First let’s go over what a “central angle” is. This is a visual representation followed by a simple explanation:

cn-central-angle

Suppose you want to distribute all navigation items on a semi-circle like the example we’re making here, and you have 6 items in your navigation list, then each angle would have a central angle of:

180deg / 6 = 30deg

If you want the items to take up a complete circle, and you have 6 items you want to have in this circle, the central angle for each item would be:

360deg / 6 = 60deg

And so on. So you calculate the value of the central angle you want, and from here on we’ll start applying some simple math to CSS transforms to actually create these angles.

To create an angle of value equal to our desired central angle value, we’ll have to skew the items (using the skew() CSS function) by:

90deg – x deg, where x is the value of the central angle we want.

Simple. But in this case, all the content inside the list items will also be skewed and the content will look distorted, which is not what we want, so we’ll “unskew” the anchors inside each item so that the content looks fine, but we’ll get to that in a moment.

I’ve set up a live and interactive demo that will show you how the transforms are applied to the navigation items step by step so you get a clearer understanding of what we’ll be doing in the code. (Note that the walkthrough in the demo may differ slightly in order of steps from the steps we’ll be taking in the tutorial)
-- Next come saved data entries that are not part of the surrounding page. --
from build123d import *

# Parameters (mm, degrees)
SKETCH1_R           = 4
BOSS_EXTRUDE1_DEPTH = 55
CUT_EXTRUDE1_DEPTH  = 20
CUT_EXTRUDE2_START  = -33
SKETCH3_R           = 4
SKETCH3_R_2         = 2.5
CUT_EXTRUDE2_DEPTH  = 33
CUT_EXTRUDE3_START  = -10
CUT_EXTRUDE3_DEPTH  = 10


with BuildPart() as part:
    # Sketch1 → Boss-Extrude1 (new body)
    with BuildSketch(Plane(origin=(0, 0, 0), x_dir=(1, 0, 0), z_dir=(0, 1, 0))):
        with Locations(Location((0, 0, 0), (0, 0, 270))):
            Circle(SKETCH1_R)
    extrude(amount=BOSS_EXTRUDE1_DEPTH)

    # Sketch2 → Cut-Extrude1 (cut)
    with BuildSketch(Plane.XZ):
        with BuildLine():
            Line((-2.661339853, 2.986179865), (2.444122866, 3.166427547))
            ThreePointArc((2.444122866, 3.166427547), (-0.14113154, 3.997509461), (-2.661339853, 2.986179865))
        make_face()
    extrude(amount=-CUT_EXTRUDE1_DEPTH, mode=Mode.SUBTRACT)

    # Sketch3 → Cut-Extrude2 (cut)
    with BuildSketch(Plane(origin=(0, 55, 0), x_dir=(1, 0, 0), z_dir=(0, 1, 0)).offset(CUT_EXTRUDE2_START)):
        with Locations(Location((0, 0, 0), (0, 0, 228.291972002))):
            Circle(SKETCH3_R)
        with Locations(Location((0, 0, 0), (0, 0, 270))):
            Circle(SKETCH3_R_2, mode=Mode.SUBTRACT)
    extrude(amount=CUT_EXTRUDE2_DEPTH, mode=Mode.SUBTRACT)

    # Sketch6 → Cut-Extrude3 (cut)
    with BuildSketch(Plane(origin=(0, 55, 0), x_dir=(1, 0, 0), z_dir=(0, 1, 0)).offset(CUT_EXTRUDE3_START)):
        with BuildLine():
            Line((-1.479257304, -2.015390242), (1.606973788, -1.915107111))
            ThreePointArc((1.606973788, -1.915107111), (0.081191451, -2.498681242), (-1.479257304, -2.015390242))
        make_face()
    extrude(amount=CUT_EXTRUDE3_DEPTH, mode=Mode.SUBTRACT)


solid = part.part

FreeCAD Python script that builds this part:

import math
import FreeCAD as App
import Part
import Sketcher
Q = App.Units.Quantity

doc = App.newDocument("Part")
params = doc.addObject("Spreadsheet::Sheet", "Params")
for row, (alias, value) in enumerate([
    ("sketch1_diameter", "8 mm"),
    ("pad1_length", "55 mm"),
    ("sketch2_radius", "4 mm"),
    ("pocket1_length", "20 mm"),
    ("sketch3_diameter", "8 mm"),
    ("sketch3_diameter2", "5 mm"),
    ("pocket2_length", "33 mm"),
    ("sketch4_radius", "2.5 mm"),
    ("pocket3_length", "10 mm"),
], start=1):
    params.set(f"A{row}", alias)
    params.set(f"B{row}", "=" + value)
    params.setAlias(f"B{row}", alias)

body = doc.addObject("PartDesign::Body", "Body")

sketch1 = body.newObject("Sketcher::SketchObject", "Sketch")
sketch1.AttachmentSupport = (doc.getObject("XZ_Plane"), [""])
sketch1.MapMode = "FlatFace"
sketch1.addGeometry(Part.Circle(App.Vector(0, 0, 0), App.Vector(0, 0, 1), 4), False)
sketch1.addConstraint([
    Sketcher.Constraint("Coincident", 0, 3, -1, 1),
    Sketcher.Constraint("Diameter", 0, Q("8 mm")),
])
sketch1.setExpression("Constraints[1]", "Params.sketch1_diameter")
pad1 = body.newObject("PartDesign::Pad", "Pad")
pad1.Profile = sketch1
pad1.setExpression("Length", "Params.pad1_length")
pad1.Reversed = True

sketch2 = body.newObject("Sketcher::SketchObject", "Sketch001")
sketch2.AttachmentSupport = (doc.getObject("XZ_Plane"), [""])
sketch2.MapMode = "FlatFace"
sketch2.addGeometry([
    Part.LineSegment(App.Vector(-2.7, 3, 0), App.Vector(2.4, 3.2, 0)),
    Part.ArcOfCircle(Part.Circle(App.Vector(0, 0, 0), App.Vector(0, 0, 1), 4), math.radians(52), math.radians(132)),
], False)
sketch2.addConstraint([
    Sketcher.Constraint("Coincident", 0, 1, 1, 2),
    Sketcher.Constraint("Coincident", 1, 1, 0, 2),
    Sketcher.Constraint("Coincident", 1, 3, -1, 1),
    Sketcher.Constraint("Radius", 1, Q("4 mm")),
    Sketcher.Constraint("DistanceX", 0, 1, -1, 1, Q("2.66134 mm")),
    Sketcher.Constraint("Distance", 0, Q("5.108644 mm")),
])
sketch2.setExpression("Constraints[3]", "Params.sketch2_radius")
pocket1 = body.newObject("PartDesign::Pocket", "Pocket")
pocket1.Profile = sketch2
pocket1.setExpression("Length", "Params.pocket1_length")

sketch3 = body.newObject("Sketcher::SketchObject", "Sketch002")
sketch3.AttachmentSupport = (doc.getObject("XZ_Plane"), [""])
sketch3.MapMode = "FlatFace"
sketch3.AttachmentOffset = App.Placement(App.Vector(0, 0, -22), App.Rotation())
sketch3.addGeometry([
    Part.Circle(App.Vector(0, 0, 0), App.Vector(0, 0, 1), 4),
    Part.Circle(App.Vector(0, 0, 0), App.Vector(0, 0, 1), 2.5),
], False)
sketch3.addConstraint([
    Sketcher.Constraint("Coincident", 0, 3, -1, 1),
    Sketcher.Constraint("Coincident", 1, 3, -1, 1),
    Sketcher.Constraint("Diameter", 0, Q("8 mm")),
    Sketcher.Constraint("Diameter", 1, Q("5 mm")),
])
sketch3.setExpression("Constraints[2]", "Params.sketch3_diameter")
sketch3.setExpression("Constraints[3]", "Params.sketch3_diameter2")
pocket2 = body.newObject("PartDesign::Pocket", "Pocket001")
pocket2.Profile = sketch3
pocket2.setExpression("Length", "Params.pocket2_length")

sketch4 = body.newObject("Sketcher::SketchObject", "Sketch003")
sketch4.AttachmentSupport = (doc.getObject("XZ_Plane"), [""])
sketch4.MapMode = "FlatFace"
sketch4.AttachmentOffset = App.Placement(App.Vector(0, 0, -45), App.Rotation())
sketch4.addGeometry([
    Part.LineSegment(App.Vector(1.6, 1.9, 0), App.Vector(-1.5, 2, 0)),
    Part.ArcOfCircle(Part.Circle(App.Vector(0, 0, 0), App.Vector(0, 0, 1), 2.5), math.radians(50), math.radians(126)),
], False)
sketch4.addConstraint([
    Sketcher.Constraint("Coincident", 0, 1, 1, 1),
    Sketcher.Constraint("Coincident", 1, 2, 0, 2),
    Sketcher.Constraint("Coincident", 1, 3, -1, 1),
    Sketcher.Constraint("Radius", 1, Q("2.5 mm")),
    Sketcher.Constraint("Distance", 0, Q("3.08786 mm")),
    Sketcher.Constraint("DistanceY", -1, 1, 1, 2, Q("2.01539 mm")),
])
sketch4.setExpression("Constraints[3]", "Params.sketch4_radius")
pocket3 = body.newObject("PartDesign::Pocket", "Pocket002")
pocket3.Profile = sketch4
pocket3.setExpression("Length", "Params.pocket3_length")

doc.recompute()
You might want to play the step-by-step demo at this point to get a clearer understanding of what we’ll be doing next. I’ve also added a walkthrough to the demo which explains what’s happening in each step, so take a minute to play the demo and try to gain a better understanding of what we’ll do. You can play the demo from start to finish using the Start Demo Button, or control moving from step to step using the Next Step Button, and you can reset it anytime using the Reset Button.

View the interactive demo

Here are screenshots of the steps you’re going to see in the demo:

Initial state:

Step-0

Step 1:

Step-1

Step 2:

step-2

Step 4:

Step-4

Step 5:

Step-5

Step 6:

Step-6

Step 7

Step-7

So let’s go over this again:

  • we’ll need to position the items absolutely inside their container.
  • We’ll set the transform-origin for each item to be the bottom right corner.
  • We’ll then translate the items up and to the left just enough so that their transform origin coincides with their container’s center.
  • We’ll then rotate the items clockwise into their positions using this formula: For each item of index i we rotate it by: i * x , where x is again the value of the central angle
  • then skew them to get the central angle we want (using the formula we mentioned above)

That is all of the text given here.